The problem: Each line from the beginning of the data below through the line containing "v 93.518 -19.584 -4.86" should be repeated exactly, please.

Excerpted records:
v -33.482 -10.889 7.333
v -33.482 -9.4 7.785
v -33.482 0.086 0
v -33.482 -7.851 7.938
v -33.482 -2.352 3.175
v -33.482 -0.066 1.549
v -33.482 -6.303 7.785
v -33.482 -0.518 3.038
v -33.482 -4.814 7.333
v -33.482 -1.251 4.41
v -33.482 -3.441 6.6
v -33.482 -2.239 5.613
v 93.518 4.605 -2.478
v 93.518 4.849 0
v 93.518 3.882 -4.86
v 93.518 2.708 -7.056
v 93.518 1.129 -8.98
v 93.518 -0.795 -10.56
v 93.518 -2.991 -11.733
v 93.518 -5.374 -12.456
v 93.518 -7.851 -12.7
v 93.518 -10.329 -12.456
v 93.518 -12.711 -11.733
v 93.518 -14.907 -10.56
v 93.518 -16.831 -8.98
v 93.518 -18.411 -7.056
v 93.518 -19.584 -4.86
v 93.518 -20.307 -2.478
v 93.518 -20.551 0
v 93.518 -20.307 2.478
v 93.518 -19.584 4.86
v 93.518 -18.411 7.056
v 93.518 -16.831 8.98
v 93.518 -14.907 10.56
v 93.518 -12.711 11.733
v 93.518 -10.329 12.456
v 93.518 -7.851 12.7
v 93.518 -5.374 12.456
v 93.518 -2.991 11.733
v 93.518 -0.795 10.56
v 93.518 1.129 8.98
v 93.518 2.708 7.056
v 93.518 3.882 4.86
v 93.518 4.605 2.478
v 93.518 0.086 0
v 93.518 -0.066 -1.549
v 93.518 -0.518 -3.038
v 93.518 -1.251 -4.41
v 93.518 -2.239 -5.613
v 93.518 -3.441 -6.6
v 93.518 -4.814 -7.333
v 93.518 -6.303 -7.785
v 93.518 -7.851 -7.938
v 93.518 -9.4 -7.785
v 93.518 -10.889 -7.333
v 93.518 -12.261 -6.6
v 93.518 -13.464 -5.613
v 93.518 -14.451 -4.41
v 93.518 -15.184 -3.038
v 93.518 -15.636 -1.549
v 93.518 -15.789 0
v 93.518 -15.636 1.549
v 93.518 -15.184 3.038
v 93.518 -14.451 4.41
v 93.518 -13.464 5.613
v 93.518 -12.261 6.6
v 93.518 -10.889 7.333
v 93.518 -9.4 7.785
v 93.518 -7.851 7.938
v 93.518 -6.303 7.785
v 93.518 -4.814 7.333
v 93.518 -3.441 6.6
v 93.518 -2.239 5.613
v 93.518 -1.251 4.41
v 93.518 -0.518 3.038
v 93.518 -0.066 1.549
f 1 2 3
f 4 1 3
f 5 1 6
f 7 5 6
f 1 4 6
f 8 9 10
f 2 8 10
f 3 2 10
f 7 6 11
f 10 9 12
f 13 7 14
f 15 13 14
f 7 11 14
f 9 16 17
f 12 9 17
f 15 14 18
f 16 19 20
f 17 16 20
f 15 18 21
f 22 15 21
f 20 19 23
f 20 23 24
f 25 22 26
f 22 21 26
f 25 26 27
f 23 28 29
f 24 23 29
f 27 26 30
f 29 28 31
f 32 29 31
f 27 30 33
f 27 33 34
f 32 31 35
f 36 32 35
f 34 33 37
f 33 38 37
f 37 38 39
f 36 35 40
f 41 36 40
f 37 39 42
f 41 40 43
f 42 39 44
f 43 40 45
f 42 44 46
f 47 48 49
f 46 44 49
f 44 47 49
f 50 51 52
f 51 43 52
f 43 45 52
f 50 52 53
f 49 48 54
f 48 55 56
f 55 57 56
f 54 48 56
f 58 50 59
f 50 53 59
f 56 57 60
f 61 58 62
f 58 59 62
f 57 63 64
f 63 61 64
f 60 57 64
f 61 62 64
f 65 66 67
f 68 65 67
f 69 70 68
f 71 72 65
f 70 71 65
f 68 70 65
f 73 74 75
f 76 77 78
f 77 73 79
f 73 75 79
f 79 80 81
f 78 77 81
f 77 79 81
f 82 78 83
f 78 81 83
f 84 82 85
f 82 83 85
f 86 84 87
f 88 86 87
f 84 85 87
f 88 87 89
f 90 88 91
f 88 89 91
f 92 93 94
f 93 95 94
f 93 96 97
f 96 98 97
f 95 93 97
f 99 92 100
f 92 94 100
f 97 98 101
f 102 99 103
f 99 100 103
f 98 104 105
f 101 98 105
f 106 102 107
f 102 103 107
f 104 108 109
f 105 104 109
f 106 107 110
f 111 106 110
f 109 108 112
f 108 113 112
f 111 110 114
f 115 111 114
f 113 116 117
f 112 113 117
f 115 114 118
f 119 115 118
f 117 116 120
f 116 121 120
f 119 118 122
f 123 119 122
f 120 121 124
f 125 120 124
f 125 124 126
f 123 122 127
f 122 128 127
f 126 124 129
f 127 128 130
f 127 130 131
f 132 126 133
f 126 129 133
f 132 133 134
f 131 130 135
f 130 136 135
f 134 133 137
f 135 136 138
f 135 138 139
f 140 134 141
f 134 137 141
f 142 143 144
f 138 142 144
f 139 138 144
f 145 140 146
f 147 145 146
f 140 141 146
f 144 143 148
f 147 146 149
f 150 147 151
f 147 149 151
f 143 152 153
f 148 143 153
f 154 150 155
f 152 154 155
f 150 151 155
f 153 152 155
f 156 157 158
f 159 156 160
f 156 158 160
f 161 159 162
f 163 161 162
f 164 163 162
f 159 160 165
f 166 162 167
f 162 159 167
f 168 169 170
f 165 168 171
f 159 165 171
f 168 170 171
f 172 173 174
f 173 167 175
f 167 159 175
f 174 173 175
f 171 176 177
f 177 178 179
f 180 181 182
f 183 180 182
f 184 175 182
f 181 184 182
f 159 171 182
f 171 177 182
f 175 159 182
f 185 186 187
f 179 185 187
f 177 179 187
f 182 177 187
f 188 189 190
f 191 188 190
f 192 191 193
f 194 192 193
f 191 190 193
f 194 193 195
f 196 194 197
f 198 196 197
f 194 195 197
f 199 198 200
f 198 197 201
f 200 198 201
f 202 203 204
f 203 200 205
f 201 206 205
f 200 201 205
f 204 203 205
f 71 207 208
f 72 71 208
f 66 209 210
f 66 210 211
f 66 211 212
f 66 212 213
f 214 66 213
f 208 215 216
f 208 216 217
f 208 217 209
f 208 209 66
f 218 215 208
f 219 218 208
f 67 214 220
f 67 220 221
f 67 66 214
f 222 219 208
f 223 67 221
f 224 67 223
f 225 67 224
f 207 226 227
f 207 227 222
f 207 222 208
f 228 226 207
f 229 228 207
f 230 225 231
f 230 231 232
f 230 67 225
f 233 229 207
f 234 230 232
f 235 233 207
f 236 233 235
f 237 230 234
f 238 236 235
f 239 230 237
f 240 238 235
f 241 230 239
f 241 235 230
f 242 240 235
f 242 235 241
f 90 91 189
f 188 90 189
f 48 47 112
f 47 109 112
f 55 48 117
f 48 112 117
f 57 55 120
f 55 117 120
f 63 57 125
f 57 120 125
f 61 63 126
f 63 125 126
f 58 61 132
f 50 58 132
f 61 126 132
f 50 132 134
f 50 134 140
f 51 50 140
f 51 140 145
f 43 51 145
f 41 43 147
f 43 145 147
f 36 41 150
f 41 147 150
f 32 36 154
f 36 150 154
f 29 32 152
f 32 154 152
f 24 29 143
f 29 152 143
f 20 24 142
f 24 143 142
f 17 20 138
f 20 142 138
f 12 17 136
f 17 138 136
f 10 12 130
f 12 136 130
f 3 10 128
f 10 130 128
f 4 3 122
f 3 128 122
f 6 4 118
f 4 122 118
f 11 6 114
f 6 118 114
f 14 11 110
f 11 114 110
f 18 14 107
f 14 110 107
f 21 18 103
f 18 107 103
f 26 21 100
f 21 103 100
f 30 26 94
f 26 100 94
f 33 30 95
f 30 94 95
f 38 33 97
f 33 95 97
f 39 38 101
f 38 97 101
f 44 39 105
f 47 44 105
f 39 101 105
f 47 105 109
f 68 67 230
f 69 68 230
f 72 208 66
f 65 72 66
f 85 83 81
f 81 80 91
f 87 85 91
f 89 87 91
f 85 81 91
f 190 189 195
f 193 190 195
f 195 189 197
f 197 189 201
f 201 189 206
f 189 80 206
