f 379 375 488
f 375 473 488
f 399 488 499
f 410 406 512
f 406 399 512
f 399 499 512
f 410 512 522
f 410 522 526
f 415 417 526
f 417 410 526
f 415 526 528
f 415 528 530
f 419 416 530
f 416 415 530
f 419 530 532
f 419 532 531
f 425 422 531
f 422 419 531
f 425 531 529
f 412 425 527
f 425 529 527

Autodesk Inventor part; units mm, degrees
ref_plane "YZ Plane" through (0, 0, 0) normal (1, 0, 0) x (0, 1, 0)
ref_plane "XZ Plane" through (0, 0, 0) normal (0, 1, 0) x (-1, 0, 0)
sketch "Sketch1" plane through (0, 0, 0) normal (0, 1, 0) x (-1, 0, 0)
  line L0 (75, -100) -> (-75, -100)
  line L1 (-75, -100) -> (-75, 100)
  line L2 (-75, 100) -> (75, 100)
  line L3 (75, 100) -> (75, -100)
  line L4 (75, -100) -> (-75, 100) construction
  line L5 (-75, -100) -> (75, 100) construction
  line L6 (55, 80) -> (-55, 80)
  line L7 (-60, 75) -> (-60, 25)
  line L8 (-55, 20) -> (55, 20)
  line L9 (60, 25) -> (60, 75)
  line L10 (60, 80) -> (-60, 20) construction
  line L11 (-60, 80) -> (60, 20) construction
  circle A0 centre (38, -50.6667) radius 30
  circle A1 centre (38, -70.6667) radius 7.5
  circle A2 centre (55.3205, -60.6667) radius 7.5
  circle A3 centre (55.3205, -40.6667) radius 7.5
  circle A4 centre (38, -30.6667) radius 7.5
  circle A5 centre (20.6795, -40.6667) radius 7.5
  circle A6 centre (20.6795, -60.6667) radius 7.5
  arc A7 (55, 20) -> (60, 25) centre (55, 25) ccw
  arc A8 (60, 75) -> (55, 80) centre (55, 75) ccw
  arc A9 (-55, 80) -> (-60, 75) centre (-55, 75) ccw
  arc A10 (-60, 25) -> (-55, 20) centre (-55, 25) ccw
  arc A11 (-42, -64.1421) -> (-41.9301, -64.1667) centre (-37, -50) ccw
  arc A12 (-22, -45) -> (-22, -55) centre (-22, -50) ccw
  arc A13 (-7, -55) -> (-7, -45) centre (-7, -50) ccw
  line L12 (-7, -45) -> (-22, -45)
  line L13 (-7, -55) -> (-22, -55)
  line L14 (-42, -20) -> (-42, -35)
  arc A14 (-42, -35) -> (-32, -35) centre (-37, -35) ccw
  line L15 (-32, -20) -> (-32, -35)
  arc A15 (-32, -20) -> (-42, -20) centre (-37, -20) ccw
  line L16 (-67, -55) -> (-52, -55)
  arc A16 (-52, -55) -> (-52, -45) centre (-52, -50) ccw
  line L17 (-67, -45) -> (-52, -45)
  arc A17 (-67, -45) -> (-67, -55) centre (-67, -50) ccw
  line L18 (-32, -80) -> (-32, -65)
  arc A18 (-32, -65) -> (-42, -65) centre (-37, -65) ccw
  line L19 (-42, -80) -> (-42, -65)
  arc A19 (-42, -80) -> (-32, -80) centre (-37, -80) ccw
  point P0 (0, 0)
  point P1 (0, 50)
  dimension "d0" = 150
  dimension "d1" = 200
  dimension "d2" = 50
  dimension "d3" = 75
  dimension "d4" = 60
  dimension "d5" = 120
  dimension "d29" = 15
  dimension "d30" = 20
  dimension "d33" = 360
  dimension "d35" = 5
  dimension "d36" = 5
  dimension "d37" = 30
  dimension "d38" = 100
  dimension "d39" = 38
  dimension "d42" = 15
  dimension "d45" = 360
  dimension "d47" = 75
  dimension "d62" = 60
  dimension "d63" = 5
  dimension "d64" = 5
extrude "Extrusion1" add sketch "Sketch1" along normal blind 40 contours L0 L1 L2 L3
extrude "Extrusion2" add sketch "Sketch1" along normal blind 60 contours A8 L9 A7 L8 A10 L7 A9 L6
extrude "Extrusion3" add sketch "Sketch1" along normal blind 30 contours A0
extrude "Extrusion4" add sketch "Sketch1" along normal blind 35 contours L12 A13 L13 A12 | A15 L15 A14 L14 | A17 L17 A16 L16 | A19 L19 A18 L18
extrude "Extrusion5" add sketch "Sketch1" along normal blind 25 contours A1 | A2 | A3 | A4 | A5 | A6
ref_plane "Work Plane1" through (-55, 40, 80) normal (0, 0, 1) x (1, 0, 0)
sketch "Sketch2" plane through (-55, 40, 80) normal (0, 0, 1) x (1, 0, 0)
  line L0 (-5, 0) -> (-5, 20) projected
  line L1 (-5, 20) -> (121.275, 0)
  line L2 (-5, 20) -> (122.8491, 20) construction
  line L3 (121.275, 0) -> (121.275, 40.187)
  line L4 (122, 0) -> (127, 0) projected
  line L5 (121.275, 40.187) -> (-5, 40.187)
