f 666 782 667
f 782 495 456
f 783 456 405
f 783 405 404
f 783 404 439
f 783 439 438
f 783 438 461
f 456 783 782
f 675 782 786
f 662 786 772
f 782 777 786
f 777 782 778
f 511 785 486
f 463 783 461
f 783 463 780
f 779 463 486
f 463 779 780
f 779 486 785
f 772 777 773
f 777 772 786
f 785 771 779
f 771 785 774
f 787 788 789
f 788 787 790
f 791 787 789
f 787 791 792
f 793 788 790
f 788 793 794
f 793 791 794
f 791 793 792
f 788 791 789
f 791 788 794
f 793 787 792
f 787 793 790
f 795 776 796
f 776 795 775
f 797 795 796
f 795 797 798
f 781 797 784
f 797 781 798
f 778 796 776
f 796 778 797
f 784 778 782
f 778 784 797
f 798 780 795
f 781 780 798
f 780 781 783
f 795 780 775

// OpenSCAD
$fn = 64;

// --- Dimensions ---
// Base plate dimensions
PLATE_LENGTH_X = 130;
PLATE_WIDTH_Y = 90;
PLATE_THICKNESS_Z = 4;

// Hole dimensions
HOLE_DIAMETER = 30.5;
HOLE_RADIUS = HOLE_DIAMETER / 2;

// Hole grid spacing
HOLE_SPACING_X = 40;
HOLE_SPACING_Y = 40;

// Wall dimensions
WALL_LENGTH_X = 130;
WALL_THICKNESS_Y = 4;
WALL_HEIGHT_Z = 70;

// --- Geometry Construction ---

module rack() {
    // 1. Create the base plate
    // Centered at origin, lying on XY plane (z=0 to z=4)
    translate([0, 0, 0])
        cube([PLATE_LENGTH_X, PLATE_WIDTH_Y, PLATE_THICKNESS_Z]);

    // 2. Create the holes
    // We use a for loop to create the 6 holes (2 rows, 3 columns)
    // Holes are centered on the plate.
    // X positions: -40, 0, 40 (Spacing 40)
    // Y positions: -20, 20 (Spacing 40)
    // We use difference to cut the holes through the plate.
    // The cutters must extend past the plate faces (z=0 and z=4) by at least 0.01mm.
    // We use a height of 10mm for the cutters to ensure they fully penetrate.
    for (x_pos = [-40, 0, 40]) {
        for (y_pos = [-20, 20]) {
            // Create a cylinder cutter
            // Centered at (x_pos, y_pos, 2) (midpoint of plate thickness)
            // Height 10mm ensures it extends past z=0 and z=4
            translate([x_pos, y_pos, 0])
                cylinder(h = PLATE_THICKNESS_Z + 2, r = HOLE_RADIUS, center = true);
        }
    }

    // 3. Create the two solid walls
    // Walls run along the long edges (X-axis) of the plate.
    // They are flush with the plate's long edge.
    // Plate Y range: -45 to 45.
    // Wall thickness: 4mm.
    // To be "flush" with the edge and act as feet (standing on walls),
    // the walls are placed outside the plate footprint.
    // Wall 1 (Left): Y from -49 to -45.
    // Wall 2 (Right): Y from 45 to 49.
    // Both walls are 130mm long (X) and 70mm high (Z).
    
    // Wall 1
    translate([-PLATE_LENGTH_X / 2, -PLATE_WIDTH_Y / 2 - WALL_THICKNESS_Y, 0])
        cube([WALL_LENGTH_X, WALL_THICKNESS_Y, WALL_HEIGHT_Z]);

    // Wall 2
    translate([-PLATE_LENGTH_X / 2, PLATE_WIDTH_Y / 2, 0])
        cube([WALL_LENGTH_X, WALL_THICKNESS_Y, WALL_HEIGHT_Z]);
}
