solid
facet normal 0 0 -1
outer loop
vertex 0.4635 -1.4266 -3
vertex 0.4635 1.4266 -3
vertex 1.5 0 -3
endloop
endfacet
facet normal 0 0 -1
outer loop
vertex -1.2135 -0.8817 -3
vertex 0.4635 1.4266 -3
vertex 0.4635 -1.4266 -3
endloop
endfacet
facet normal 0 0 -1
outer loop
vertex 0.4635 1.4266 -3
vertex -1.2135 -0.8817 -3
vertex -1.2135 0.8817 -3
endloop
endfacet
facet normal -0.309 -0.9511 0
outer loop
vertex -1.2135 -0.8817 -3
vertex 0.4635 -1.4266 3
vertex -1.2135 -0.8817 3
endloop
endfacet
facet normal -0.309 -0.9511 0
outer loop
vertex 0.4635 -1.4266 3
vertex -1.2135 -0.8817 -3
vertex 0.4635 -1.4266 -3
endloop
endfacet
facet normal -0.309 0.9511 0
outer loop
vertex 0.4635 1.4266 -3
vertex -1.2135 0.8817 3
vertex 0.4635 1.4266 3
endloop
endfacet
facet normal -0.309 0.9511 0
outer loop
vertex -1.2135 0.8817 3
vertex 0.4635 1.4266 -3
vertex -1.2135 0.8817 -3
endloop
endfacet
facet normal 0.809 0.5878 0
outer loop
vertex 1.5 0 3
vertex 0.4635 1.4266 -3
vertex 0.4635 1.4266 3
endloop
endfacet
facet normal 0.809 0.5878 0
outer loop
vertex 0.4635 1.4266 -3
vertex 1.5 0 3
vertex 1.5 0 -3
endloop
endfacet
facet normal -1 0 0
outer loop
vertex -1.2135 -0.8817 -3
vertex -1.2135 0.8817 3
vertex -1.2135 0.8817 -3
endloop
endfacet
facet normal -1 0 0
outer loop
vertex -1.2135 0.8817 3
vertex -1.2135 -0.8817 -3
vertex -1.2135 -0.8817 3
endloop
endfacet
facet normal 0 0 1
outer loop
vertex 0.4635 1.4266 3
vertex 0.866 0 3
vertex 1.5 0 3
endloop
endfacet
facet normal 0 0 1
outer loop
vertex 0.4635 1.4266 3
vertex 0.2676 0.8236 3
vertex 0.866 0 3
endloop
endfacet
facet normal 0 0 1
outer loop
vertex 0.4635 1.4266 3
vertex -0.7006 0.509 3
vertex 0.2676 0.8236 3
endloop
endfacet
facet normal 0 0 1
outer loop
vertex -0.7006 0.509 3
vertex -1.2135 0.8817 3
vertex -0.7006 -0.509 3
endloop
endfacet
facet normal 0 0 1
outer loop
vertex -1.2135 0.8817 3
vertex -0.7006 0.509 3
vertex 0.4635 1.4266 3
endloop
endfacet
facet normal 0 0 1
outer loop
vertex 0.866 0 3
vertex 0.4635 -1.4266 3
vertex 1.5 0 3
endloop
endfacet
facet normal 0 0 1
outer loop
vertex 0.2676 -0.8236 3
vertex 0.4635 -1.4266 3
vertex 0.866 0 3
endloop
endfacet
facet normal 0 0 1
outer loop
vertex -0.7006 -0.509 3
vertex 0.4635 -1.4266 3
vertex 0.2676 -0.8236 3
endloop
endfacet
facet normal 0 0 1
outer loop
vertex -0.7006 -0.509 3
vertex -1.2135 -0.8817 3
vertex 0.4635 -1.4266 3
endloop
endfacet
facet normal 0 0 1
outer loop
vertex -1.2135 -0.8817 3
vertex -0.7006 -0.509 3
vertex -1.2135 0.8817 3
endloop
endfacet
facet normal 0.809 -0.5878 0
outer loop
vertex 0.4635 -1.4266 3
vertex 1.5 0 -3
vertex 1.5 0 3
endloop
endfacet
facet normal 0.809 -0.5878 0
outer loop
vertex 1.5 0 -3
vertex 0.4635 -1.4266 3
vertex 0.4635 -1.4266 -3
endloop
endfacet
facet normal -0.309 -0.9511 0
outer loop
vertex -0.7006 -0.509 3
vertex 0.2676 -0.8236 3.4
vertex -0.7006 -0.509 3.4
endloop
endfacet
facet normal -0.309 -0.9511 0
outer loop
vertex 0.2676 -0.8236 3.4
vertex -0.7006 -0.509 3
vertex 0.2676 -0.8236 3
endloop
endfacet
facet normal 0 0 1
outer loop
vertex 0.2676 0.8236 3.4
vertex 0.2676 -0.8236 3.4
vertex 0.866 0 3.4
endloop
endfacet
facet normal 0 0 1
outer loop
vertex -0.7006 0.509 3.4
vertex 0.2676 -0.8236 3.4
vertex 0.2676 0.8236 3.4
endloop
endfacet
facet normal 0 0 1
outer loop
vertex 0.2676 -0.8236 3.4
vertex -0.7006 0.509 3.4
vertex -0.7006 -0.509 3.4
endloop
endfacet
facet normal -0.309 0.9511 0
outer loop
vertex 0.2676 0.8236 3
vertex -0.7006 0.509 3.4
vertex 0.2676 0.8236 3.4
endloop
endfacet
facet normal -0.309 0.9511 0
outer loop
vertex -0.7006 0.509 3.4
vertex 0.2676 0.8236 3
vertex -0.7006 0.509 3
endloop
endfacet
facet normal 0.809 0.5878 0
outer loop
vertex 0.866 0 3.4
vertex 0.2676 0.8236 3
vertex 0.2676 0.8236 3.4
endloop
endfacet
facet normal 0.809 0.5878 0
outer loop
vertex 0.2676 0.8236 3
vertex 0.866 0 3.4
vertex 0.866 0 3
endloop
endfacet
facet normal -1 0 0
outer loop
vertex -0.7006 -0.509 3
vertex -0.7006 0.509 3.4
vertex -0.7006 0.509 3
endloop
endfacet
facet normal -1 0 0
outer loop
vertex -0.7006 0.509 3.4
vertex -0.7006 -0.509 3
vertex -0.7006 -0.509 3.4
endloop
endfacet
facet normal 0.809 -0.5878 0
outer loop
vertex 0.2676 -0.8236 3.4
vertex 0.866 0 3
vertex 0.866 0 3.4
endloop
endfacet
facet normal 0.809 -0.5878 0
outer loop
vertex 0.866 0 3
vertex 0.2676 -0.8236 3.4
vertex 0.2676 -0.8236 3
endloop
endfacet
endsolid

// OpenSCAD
// Parameters
length_mm = 6; //[3:12:1]
threaded_length_mm = 6; //[3:12:1]
thread_pitch_mm = 0.5; //[0.25:1:0.05]
major_diameter_mm = 3; //[2.5:4:0.1]
minor_diameter_mm = 2.4; //[2:3.2:0.1]
socket_af_mm = 1.5; //[1:2.5:0.1]
socket_depth_mm = 2; //[1:4:0.1]
point_type_flat = 1; //[0:1:1]
cup_depth_mm = 0.6; //[0:1.5:0.1]
cup_radius_mm = 1.1; //[0.6:1.6:0.1]
runout_length_mm = 0.6; //[0.2:1.5:0.1]
overlap_mm = 0.8; //[0.2:2:0.1]
thread_ridge_radial_mm = 0.15; //[0.05:0.3:0.01]
thread_ridge_width_mm = 0.25; //[0.1:0.5:0.01]
thread_teeth_count = 18; //[8:40:1]

// Screw - complete geometry
module screw() {
  color("DimGray") {
    // Grub screw body
    cylinder(r=major_diameter_mm/2, h=length_mm, center=true);

    // Threaded shaft core
    translate([0, 0, (-length_mm/2) + (threaded_length_mm/2)])
      cylinder(r=minor_diameter_mm/2, h=threaded_length_mm, center=true);

    // Thread runout
    translate([0, 0, (length_mm/2) - (socket_depth_mm) - (runout_length_mm/2) + overlap_mm/2])
      cylinder(r=minor_diameter_mm/2, h=runout_length_mm, center=true);

    // Thread ridge teeth
    for (i = [0:thread_teeth_count-1]) {
      rotate([0, 0, i*360/thread_teeth_count])
        translate([(minor_diameter_mm/2) + thread_ridge_radial_mm - overlap_mm/2, 0, (-length_mm/2) + ((threaded_length_mm - runout_length_mm)/2)])
          cube([thread_ridge_radial_mm*2, thread_ridge_width_mm, threaded_length_mm - runout_length_mm], center=true);
    }

    // Hex socket drive
    translate([0, 0, (length_mm/2) - (socket_depth_mm/2)])
      cylinder(r=socket_af_mm/(2*cos(30)), h=socket_depth_mm + overlap_mm, center=true);

    // Flat or cup point tip
    if (point_type_flat == 0) {
      translate([0, 0, (-length_mm/2) + cup_radius_mm - cup_depth_mm])
        sphere(r=cup_radius_mm, center=true);
    }
  }
}

// Assembly
module assembly() {
  screw();
}

assembly();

Exercise result:
v -33.482 -10.889 7.333
v -33.482 -9.4 7.785
v -33.482 0.086 0
v -33.482 -7.851 7.938
v -33.482 -2.352 3.175
v -33.482 -0.066 1.549
v -33.482 -6.303 7.785
v -33.482 -0.518 3.038
v -33.482 -4.814 7.333
v -33.482 -1.251 4.41
v -33.482 -3.441 6.6
v -33.482 -2.239 5.613
v 93.518 4.605 -2.478
v 93.518 4.849 0
v 93.518 3.882 -4.86
v 93.518 2.708 -7.056
v 93.518 1.129 -8.98
v 93.518 -0.795 -10.56
v 93.518 -2.991 -11.733
v 93.518 -5.374 -12.456
v 93.518 -7.851 -12.7
v 93.518 -10.329 -12.456
v 93.518 -12.711 -11.733
v 93.518 -14.907 -10.56
v 93.518 -16.831 -8.98
v 93.518 -18.411 -7.056
v 93.518 -19.584 -4.86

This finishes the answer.